Understanding nicotine addiction helps explain why quitting tobacco is so difficult—and why medical treatment can be so helpful. Addiction is not a lack of willpower; it is a chronic brain disease characterized by compulsive substance use despite harmful consequences. Nicotine hijacks the brain's natural reward system, creating powerful cravings that can persist long after the physical withdrawal symptoms have subsided.

When you inhale cigarette smoke, nicotine reaches the brain faster than injected drugs—within 10-20 seconds. This rapid delivery creates a strong association between the act of smoking and the pleasurable sensation, making the behavior highly reinforcing. Each cigarette contains 1-2 mg of absorbed nicotine, and a pack-a-day smoker receives 200-400 nicotine "hits" daily, constantly reinforcing the addiction.

Nicotine acts on nicotinic acetylcholine receptors in the brain, triggering the release of dopamine—the neurotransmitter associated with pleasure and reward. With repeated exposure, the brain adapts by increasing the number of receptors, which leads to tolerance (needing more nicotine for the same effect) and dependence (experiencing withdrawal without nicotine). These neurological changes can persist for months after quitting, which explains why long-term support is important for successful cessation.

Signs of Nicotine Dependence

Not everyone who uses tobacco becomes dependent, but most regular users develop some degree of addiction. The following signs indicate nicotine dependence:

  • Difficulty controlling tobacco use despite wanting to quit
  • Continued use despite knowing about health consequences
  • Tolerance—needing more tobacco to achieve the same effect
  • Withdrawal symptoms when not using tobacco
  • Spending significant time obtaining, using, or recovering from tobacco
  • Giving up important activities because of tobacco use
  • Strong cravings or urges to use tobacco

What Happens During Nicotine Withdrawal?

Nicotine withdrawal symptoms typically begin within hours of the last cigarette, peak at 3-5 days, and gradually decrease over 2-4 weeks. Common symptoms include intense cravings, irritability, anxiety, difficulty concentrating, increased appetite, and sleep disturbances. Medications can significantly reduce these symptoms.

Withdrawal symptoms are a major barrier to quitting tobacco. Understanding what to expect and knowing that symptoms are temporary can help you prepare and persist through the challenging early days of quitting. Most physical symptoms resolve within 2-4 weeks, though psychological cravings may persist longer.
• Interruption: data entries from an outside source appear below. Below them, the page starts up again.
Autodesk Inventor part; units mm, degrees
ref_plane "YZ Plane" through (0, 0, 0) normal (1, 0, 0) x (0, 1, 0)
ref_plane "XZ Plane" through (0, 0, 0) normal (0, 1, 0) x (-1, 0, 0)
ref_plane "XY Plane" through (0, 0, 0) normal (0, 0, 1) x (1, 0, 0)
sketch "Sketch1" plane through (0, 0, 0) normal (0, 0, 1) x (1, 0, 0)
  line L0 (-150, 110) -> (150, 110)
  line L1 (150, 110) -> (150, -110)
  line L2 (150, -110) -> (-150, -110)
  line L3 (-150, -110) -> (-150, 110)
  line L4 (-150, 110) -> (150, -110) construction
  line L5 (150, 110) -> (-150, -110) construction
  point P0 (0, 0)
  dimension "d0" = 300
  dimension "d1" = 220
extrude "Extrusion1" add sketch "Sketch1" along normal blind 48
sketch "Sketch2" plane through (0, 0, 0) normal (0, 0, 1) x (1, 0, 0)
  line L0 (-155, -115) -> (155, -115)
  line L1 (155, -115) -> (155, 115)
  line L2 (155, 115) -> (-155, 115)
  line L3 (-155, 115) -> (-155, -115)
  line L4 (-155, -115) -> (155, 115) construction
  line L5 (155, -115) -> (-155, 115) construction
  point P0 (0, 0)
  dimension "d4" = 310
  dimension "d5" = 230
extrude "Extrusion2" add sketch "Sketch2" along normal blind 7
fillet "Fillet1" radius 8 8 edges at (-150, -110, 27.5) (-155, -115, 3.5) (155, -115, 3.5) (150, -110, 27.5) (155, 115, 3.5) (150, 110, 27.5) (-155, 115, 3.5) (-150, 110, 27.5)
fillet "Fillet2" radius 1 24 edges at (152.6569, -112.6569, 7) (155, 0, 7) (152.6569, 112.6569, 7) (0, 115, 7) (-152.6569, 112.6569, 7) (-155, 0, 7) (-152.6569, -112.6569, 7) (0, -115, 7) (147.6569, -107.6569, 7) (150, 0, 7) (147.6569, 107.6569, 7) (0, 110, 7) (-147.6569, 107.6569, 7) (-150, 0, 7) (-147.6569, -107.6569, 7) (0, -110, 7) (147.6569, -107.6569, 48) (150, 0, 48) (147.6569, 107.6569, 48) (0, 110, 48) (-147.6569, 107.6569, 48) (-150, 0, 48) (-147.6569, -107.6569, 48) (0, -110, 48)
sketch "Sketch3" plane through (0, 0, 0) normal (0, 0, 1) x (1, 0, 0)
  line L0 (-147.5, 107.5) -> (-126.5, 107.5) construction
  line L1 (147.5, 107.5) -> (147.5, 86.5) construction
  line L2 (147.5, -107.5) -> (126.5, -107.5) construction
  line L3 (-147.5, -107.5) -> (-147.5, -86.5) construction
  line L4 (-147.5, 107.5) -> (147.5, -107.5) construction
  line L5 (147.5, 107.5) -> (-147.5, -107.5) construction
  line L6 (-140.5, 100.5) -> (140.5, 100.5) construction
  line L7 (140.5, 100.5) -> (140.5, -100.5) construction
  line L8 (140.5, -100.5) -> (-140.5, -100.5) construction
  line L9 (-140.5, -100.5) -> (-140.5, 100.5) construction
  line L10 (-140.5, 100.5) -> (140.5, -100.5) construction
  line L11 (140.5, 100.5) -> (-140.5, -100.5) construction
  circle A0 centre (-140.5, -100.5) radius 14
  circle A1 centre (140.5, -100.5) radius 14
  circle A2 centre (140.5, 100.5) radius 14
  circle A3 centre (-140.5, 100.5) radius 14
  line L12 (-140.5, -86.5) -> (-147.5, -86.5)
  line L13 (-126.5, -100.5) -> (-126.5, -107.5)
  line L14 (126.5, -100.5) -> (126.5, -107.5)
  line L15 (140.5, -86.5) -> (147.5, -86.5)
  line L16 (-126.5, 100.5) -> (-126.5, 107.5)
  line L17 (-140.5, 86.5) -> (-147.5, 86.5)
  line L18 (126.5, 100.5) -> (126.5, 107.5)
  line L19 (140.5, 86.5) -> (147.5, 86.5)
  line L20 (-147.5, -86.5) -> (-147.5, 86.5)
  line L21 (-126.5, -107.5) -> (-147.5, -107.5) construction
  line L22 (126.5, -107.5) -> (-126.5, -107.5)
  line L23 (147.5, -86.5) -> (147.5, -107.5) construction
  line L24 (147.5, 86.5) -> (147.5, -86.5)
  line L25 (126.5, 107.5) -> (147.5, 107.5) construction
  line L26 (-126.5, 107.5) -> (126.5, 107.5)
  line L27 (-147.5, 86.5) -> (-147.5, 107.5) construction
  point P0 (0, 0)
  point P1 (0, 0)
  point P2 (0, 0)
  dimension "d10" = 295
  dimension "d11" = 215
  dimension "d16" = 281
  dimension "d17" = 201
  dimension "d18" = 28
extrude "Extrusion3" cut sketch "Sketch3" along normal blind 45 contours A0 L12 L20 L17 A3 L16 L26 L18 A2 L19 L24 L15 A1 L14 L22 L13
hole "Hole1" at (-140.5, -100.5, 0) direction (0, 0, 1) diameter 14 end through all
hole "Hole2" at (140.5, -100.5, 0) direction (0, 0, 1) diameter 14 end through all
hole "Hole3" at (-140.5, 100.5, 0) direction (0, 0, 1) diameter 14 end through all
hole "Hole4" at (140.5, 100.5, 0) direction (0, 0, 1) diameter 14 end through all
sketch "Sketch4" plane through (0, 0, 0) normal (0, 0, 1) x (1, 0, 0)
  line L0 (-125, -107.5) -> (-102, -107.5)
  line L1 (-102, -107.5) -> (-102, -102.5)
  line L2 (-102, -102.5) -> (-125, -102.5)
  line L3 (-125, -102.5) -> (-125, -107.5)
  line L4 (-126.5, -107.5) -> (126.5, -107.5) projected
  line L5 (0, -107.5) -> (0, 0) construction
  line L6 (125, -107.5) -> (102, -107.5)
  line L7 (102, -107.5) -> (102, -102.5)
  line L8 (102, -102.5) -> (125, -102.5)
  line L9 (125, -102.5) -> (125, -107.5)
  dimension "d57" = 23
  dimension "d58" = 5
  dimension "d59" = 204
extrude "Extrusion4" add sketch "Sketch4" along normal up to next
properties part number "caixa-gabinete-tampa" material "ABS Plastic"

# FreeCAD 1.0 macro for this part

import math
import FreeCAD as App
import Part
import Sketcher

V = App.Vector
Q = App.Units.Quantity


def edges_at(feature, points):
    """Names of the edges that pass closest to the given points."""
    edges = feature.Shape.Edges
    near = lambda p: min(range(len(edges)), key=lambda i: edges[i].distToShape(Part.Vertex(*p))[0])
    return sorted({f"Edge{near(p) + 1}" for p in points})

doc = App.newDocument("Part")
body = doc.addObject("PartDesign::Body", "Body")

sketch1 = doc.addObject("Sketcher::SketchObject", "Sketch")
body.addObject(sketch1)
sketch1.AttachmentSupport = (doc.XY_Plane, [""])
sketch1.MapMode = "FlatFace"
sketch1.addGeometry([
    Part.LineSegment(V(150, 110, 0), V(-150, 110, 0)),
    Part.LineSegment(V(-150, 110, 0), V(-150, -110, 0)),
    Part.LineSegment(V(-150, -110, 0), V(150, -110, 0)),
    Part.LineSegment(V(150, -110, 0), V(150, 110, 0)),
], False)
sketch1.addConstraint([
    Sketcher.Constraint("Coincident", 0, 2, 1, 1),
    Sketcher.Constraint("Coincident", 1, 2, 2, 1),
    Sketcher.Constraint("Coincident", 2, 2, 3, 1),
    Sketcher.Constraint("Coincident", 3, 2, 0, 1),
    Sketcher.Constraint("Horizontal", 0),
    Sketcher.Constraint("Vertical", 1),
    Sketcher.Constraint("Horizontal", 2),
    Sketcher.Constraint("Vertical", 3),
    Sketcher.Constraint("Symmetric", 0, 2, 2, 2, -1, 1),
    Sketcher.Constraint("DistanceX", 0, 2, 0, 1, Q("300 mm")),
    Sketcher.Constraint("DistanceY", 1, 2, 1, 1, Q("220 mm")),
])
pad1 = doc.addObject("PartDesign::Pad", "Pad")
body.addObject(pad1)
pad1.Profile = sketch1
pad1.Length = 48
The severity of withdrawal varies among individuals and depends on factors including how much and how long you've used tobacco, genetic factors, and mental health status. Heavy smokers and those who smoke within 30 minutes of waking typically experience more severe withdrawal. However, even mild withdrawal can be uncomfortable enough to trigger relapse in someone who isn't prepared.

Nicotine Withdrawal Timeline
Time After Quitting What Happens Common Symptoms
4-24 hours Nicotine levels drop, withdrawal begins Cravings, anxiety, irritability begin
1-3 days Withdrawal peaks, hardest period Intense cravings, mood changes, headaches
1-2 weeks Physical symptoms begin to fade Decreasing cravings, improved focus
2-4 weeks Most physical symptoms resolved Occasional cravings, improved energy
1+ months Brain chemistry normalizing Situational cravings, improved mood

Managing Withdrawal Symptoms

Several strategies can help manage withdrawal symptoms and reduce the risk of relapse. Combining multiple approaches is often most effective:

  • Medication: Nicotine replacement therapy, varenicline, or bupropion can reduce cravings and withdrawal severity by 50% or more
  • Physical activity: Even a short walk can reduce cravings and improve mood
  • Distraction: Keep hands and mouth busy with healthy alternatives
  • Deep breathing: Helps manage anxiety and mimics the act of smoking
  • Adequate sleep: Fatigue worsens cravings and mood
  • Avoid triggers: Stay away from situations associated with smoking, especially early in the quit attempt

What Treatments Help People Quit Tobacco?

The most effective treatments combine medication with behavioral support. FDA-approved medications include nicotine replacement therapy (patches, gum, lozenges), varenicline (Chantix/Champix), and bupropion (Zyban). These medications double to triple quit rates compared to willpower alone and are safe for most people.

Quitting tobacco is one of the most important things you can do for your health, but it is also one of the most difficult. The good news is that effective treatments exist and can significantly improve your chances of success. Research consistently shows that combining medication with counseling or support provides the best outcomes—you don't have to do this alone.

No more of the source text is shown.